I've played with one some. Not very impressed. It feels like a good idea (easy video control from the light console) but the implementation isn't ideal. You've got a pi with linux running already, why not support syncing files from network folders? Why no acn support? etc, etc.


----------



## StradivariusBone (Aug 9, 2016)

danTt said:


> why not support syncing files from network folders?



That was a big one for me. They preloaded the flash drive with all these videos and stills with fades and transitions, etc. Each file was assigned a folder and number (e.g. act I was folder 1, Act II was folder 2). My client didn't want to use all the files so it was a matter of getting the pi to load the image on the projector, figuring out which number the media she wanted actually was, then saving. There's no way to change what's on the flash drive (so far as I know) except for unplugging it and using a computer.

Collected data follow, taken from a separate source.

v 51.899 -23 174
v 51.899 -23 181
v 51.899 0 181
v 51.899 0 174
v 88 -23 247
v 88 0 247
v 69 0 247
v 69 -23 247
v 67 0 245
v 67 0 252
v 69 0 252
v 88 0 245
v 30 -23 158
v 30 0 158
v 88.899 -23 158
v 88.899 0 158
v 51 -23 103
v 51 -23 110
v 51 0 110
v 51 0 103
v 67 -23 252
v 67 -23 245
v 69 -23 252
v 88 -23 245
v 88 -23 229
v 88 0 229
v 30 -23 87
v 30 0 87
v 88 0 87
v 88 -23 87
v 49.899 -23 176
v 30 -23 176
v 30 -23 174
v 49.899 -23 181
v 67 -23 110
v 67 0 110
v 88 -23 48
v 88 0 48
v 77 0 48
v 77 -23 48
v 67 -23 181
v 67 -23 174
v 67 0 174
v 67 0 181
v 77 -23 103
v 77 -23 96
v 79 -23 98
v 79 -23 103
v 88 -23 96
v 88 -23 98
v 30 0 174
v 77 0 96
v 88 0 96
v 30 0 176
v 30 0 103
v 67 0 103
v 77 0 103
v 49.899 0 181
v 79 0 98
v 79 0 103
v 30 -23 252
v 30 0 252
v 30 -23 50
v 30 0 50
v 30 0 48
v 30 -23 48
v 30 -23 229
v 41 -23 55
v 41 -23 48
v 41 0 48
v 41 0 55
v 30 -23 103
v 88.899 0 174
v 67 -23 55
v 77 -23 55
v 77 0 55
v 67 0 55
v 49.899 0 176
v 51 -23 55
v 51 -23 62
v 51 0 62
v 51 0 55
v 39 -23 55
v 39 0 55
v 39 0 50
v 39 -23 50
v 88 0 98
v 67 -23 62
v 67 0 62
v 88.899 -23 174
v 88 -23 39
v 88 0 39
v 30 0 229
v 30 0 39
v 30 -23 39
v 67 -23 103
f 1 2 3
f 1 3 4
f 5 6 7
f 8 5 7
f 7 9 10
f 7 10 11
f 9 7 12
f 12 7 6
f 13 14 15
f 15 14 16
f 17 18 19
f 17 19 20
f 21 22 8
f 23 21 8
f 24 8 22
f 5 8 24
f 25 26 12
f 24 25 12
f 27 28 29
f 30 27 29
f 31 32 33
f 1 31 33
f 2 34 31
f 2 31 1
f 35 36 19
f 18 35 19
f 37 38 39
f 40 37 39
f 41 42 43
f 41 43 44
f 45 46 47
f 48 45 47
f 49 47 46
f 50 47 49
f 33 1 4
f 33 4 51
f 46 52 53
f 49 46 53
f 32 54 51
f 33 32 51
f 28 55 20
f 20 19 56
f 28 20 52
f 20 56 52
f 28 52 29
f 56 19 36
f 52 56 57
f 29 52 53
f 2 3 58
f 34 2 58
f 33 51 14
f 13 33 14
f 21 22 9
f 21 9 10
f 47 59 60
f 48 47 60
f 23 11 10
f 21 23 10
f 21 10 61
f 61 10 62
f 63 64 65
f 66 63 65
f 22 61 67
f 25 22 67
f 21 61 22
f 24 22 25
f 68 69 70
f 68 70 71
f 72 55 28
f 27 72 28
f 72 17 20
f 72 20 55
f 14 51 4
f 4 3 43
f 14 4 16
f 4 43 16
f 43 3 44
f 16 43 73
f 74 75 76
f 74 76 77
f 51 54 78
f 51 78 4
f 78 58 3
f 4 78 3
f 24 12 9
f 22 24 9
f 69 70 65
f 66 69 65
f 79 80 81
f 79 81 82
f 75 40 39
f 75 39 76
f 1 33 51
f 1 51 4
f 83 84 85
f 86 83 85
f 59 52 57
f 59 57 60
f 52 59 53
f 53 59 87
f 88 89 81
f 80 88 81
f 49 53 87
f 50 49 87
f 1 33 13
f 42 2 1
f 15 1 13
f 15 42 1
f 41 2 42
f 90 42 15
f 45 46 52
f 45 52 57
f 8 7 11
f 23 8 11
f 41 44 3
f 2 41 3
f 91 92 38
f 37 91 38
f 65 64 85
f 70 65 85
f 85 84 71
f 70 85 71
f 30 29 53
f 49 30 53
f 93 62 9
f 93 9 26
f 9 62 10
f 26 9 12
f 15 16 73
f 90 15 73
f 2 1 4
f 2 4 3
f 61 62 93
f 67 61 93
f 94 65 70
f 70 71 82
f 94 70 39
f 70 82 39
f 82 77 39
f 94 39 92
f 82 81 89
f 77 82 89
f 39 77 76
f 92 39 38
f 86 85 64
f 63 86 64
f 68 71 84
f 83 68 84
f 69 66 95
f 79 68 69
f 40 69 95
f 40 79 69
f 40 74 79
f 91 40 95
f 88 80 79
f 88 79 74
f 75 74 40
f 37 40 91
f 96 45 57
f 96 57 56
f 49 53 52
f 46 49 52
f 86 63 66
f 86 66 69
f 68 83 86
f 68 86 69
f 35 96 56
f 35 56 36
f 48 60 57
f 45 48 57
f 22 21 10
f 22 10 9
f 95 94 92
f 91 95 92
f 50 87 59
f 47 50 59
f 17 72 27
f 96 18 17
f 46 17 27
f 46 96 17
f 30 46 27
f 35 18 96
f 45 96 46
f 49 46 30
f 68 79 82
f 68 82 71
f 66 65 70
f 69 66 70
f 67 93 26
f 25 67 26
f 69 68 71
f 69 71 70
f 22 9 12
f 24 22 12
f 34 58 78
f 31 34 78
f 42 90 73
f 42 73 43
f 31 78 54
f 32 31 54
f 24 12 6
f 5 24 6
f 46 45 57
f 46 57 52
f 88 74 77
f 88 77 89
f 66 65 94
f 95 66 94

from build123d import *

# Parameters (mm, degrees)
F4_DEPTH = 23
F5_DEPTH = 23


# Not quite as in the source:
# - a feature names something its author has since deleted; it is built from what else it names


with BuildPart() as f4:
    # F2 (on Front) → F4 (new body)
    with BuildSketch(Plane.XZ):
        Polygon((67, 181), (51.8985245079, 181), (51.8985245079, 174), (30, 174), (30, 158), (88.8985245079, 158), (88.8985245079, 174), (67, 174), align=None)
    extrude(amount=F4_DEPTH)


with BuildPart() as f4b:
    # F1 (on Front) → F4, piece 2 (new body)
    with BuildSketch(Plane.XZ):
        Polygon((67, 252), (30, 252), (30, 229), (88, 229), (88, 245), (67, 245), align=None)
    extrude(amount=F4_DEPTH)


with BuildPart() as f4c:
    # F3 (on Front) → F4, piece 3 (new body)
    with BuildSketch(Plane.XZ):
        Polygon((67, 110), (51, 110), (51, 103), (41, 103), (30, 103), (30, 96), (30, 87), (88, 87), (88, 96), (77, 96), (77, 103), (67, 103), align=None)
    extrude(amount=F4_DEPTH)


with BuildPart() as f4d:
    # F3 (on Front) → F4, piece 4 (new body)
    with BuildSketch(Plane.XZ):
        Polygon((51, 55), (41, 55), (41, 48), (30, 48), (30, 39), (88, 39), (88, 48), (77, 48), (77, 55), (67, 55), (67, 62), (51, 62), align=None)
    extrude(amount=F4_DEPTH)


with BuildPart() as f5:
    # F2 (on Front) → F5 (new body)
    with BuildSketch(Plane.XZ):
        Polygon((51.8985245079, 181), (49.8985245079, 181), (49.8985245079, 176), (30, 176), (30, 174), (51.8985245079, 174), align=None)
    extrude(amount=F5_DEPTH)


with BuildPart() as f5b:
    # F3 (on Front) → F5, piece 2 (new body)
    with BuildSketch(Plane.XZ):
        Polygon((79, 103), (77, 103), (77, 96), (88, 96), (88, 98), (79, 98), align=None)
    extrude(amount=F5_DEPTH)


with BuildPart() as f5c:
    # F3 (on Front) → F5, piece 3 (new body)
    with BuildSketch(Plane.XZ):
        Polygon((41, 48), (41, 55), (39, 55), (39, 50), (30, 50), (30, 48), align=None)
    extrude(amount=F5_DEPTH)


with BuildPart() as f5d:
    # F1 (on Front) → F5, piece 4 (new body)
    with BuildSketch(Plane.XZ):
        Polygon((69, 252), (67, 252), (67, 245), (88, 245), (88, 247), (69, 247), align=None)
    extrude(amount=F5_DEPTH)


solid = Compound([f4.part, f4b.part, f4c.part, f4d.part, f5.part, f5b.part, f5c.part, f5d.part])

At that point, I can't justify it over a PC or Mac based media controller. Granted, a Mac is expensive, but if you've already got one, the QLab licenses are cheaper than the ImageCue.


----------



## ruinexplorer (Aug 9, 2016)

It seemed to me that the ImageCue was intended to be a poor man's media server for the lighting professional. So many of the controls seemed to be ideal if you wanted to busk on a light board, which would eventually be easier than trying to set up something similar on Qlab.


----------



## Bill Hewlett - ImageCue (Aug 15, 2016)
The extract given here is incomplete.